Obecny rok jest rokiem 25-lecia samorządności. Powiaty natomiast obchodzą 16.tą rocznicę „reaktywacji”. Jak ocenić ich funkcjonowanie z perspektywy czasu? O takie podsumowanie Dziennik Warto Wiedzieć poprosił Andrzeja Płonkę, wiceprezesa Związku Powiatów Polskich, starostę bielskiego (Bielsko-Biała).
Dziennik Warto Wiedzieć: Jakie, patrząc z pespektywy 16 lat funkcjonowania powiatów, największe osiągnięcia można odnotować w powiecie bielskim? Zacznijmy może od dróg.
Andrzej Płonka: Słusznie, gdyż ich stan rzutuje na inne dziedziny - nie tylko gospodarki i na pewno ma znaczenie prorozwojowe. Pod tym względem w powiecie bielskim nastąpiła kolosalna zmiana na lepsze. Przez szesnaście lat gruntownie wyremontowaliśmy wiele dróg o strategicznym znaczeniu, czy w przypadku naszego powiatu również transgranicznym. Nieustannie remontujemy też drogi o mniejszym natężeniu ruchu, ale ważne dla mieszkańców. Równolegle z pracami na drogach budujemy chodniki dla pieszych, w tym ostatnim przypadku czynimy to razem z gminami. Tak spore nakłady inwestycyjne na drogi są możliwe dzięki środkom unijnym, ale nie ukrywam, że cennym wsparciem są dla nas środki popowodziowe i tzw. „schetynówki” oraz środki z gmin, gdyż w tym względzie nasza współpraca z gminami układa się bardzo dobrze.
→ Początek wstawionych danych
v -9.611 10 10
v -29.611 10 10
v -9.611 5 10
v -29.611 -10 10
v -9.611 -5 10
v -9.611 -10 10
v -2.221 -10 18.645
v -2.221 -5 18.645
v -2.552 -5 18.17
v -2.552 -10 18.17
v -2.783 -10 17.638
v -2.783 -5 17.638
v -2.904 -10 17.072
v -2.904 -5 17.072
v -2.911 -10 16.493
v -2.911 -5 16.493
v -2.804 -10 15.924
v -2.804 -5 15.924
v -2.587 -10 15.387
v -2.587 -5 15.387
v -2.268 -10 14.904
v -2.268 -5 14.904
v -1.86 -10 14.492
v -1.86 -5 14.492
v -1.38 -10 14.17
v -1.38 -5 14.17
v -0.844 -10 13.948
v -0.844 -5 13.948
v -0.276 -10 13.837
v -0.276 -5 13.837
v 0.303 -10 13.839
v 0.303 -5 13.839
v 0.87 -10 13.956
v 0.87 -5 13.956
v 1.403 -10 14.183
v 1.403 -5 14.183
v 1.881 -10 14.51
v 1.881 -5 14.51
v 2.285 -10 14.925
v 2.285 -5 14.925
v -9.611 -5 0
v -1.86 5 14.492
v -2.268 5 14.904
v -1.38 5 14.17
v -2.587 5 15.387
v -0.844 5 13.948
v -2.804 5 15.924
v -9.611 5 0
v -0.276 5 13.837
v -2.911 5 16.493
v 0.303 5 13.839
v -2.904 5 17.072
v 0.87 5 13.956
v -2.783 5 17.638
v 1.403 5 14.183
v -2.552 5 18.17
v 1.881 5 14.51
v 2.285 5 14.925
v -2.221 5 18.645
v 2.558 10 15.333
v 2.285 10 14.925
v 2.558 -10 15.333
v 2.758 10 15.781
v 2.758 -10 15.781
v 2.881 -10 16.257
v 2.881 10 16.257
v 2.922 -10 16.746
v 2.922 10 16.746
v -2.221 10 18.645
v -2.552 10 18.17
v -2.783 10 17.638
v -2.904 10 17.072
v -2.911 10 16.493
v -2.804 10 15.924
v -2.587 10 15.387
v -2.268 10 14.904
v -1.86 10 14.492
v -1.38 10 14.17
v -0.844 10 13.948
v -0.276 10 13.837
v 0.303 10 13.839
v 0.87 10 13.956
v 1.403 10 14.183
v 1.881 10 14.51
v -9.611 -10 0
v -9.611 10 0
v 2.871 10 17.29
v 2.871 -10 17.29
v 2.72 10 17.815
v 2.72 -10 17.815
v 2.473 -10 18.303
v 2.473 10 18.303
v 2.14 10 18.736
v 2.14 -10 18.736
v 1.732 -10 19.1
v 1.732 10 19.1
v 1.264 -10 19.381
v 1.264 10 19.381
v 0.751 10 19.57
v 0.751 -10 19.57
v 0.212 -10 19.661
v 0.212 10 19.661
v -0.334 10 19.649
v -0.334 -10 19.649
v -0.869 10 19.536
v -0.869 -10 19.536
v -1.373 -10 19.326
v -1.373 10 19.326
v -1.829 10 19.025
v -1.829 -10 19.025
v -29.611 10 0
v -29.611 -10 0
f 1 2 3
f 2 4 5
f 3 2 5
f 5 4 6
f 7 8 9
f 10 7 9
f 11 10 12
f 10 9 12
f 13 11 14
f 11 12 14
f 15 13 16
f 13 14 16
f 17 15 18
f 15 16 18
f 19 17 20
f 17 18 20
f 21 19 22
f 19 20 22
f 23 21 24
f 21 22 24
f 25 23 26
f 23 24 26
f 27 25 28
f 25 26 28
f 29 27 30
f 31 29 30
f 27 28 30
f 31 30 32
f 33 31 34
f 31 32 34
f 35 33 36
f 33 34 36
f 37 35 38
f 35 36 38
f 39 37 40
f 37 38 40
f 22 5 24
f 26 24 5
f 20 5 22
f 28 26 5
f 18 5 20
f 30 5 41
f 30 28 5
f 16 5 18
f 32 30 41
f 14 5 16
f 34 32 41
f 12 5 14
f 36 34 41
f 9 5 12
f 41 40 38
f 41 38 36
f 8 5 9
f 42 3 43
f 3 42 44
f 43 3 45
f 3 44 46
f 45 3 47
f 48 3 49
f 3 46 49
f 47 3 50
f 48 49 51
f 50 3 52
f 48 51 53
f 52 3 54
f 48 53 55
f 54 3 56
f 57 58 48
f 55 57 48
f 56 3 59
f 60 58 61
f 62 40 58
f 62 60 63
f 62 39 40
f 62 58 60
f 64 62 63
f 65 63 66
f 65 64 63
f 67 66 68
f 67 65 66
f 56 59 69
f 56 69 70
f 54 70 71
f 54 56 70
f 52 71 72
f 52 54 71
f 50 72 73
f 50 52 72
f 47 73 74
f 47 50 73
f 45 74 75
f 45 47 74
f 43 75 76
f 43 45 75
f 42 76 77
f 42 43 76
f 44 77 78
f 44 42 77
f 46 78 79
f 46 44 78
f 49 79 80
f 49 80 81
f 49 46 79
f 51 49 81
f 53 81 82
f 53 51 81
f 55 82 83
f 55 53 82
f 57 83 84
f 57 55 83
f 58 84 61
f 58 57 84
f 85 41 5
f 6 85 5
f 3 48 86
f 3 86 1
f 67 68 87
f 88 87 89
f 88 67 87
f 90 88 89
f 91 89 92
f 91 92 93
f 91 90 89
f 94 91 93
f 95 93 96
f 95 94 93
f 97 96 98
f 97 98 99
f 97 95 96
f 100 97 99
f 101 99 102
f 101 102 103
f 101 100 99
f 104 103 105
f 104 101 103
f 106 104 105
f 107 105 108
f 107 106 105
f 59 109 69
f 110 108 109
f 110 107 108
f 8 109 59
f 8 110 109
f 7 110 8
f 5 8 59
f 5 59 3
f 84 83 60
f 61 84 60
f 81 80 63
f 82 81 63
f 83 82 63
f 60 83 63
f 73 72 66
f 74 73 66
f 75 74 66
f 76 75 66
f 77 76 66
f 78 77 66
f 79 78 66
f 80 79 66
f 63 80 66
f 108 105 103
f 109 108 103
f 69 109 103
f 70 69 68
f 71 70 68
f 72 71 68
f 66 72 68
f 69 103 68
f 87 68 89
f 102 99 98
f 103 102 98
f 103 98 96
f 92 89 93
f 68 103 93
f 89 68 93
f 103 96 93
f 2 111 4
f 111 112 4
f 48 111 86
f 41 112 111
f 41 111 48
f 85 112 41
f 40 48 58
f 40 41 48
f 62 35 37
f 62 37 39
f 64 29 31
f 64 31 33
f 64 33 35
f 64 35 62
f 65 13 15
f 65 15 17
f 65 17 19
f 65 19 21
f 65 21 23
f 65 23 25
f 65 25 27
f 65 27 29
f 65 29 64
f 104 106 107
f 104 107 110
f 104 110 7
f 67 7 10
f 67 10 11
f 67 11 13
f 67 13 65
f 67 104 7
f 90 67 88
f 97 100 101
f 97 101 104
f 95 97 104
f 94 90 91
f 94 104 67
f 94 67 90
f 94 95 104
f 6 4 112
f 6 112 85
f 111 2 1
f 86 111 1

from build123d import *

# Parameters (mm, degrees)
F0_W     = 20
F0_H     = 10
F1_DEPTH = 10
F2_DEPTH = 5


with BuildPart() as f1:
    # F0 (on Front) → F1 (new body)
    with BuildSketch(Plane.XZ):
        with BuildLine():
            ThreePointArc((-2.221403, 18.644934), (-1.860462, 14.492448), (2.285223, 14.924558))
            ThreePointArc((2.285223, 14.924558), (2.758486, 15.781217), (2.922367, 16.746093))
            ThreePointArc((2.922367, 16.746093), (1.012046, 19.487624), (-2.221403, 18.644934))
        make_face()
        with Locations((-19.611036, 5)):
            Rectangle(F0_W, F0_H)
    extrude(amount=F1_DEPTH)



with BuildPart() as f2:
    # F0 (on Front) → F2 (new body)
    with BuildSketch(Plane.XZ):
        with BuildLine():
            Line((-9.611036, 10), (-9.611036, 0))
            Line((-9.611036, 0), (2.285223, 14.924558))
            ThreePointArc((2.285223, 14.924558), (-1.860462, 14.492448), (-2.221403, 18.644934))
            Line((-2.221403, 18.644934), (-9.611036, 10))
        make_face()
    extrude(amount=F2_DEPTH)


with BuildPart() as f1_1:
    add(f1.part)

    add(f2.part)  # F3 merges F2
    # F3: F1 across plane


with BuildPart() as f1_2:
    add(f1_1.part)
    add(f1_1.part.mirror(Plane.XZ))


solid = f1_2.part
Skoro mówimy o drogach to z nimi wiąże się transport publiczny. Jako nieliczni w kraju przejęliśmy Państwową Komunikację Samochodową, czyli popularny PKS i z pomocą gmin stworzyliśmy, przyjazną dla mieszkańców sieć połączeń dojeżdżając do miejscowości gdzie prywatni, komercyjni przewoźnicy nie jeżdżą, gdyż się im to nie opłaca. Trzy lata temu ze środków unijnych zakupiliśmy 35 nowoczesnych autokarów, planujemy zakup kolejnych. W tym momencie dochodzimy do problemu, który władze naszego państwa muszą i to nawet pilnie rozwiązać, czyli wprowadzić tzw. zasadę wyłączności na linie komunikacyjne. W całej, podkreślam w całej Unii Europejskiej ustawowo transport zbiorowy prowadzą samorządy lokalne, gdyż tyko one znają potrzeby mieszkańców i je realizują niezależnie czy jest to opłacalne. Jak potrzeba, to dopłacają do nierentownych tras. Tego nie czynią nastawieni na zysk prywatni przewoźnicy i nie docierają do wielu miejscowości. Skoro jesteśmy pełnoprawnym członkiem Unii Europejskiej, to nie stawiajmy się poza nią choćby w kwestii wyłączności linii, bo jak mówiłem zasada ta w UE obowiązuje, a u nas oczywiście NIE. Dlaczego?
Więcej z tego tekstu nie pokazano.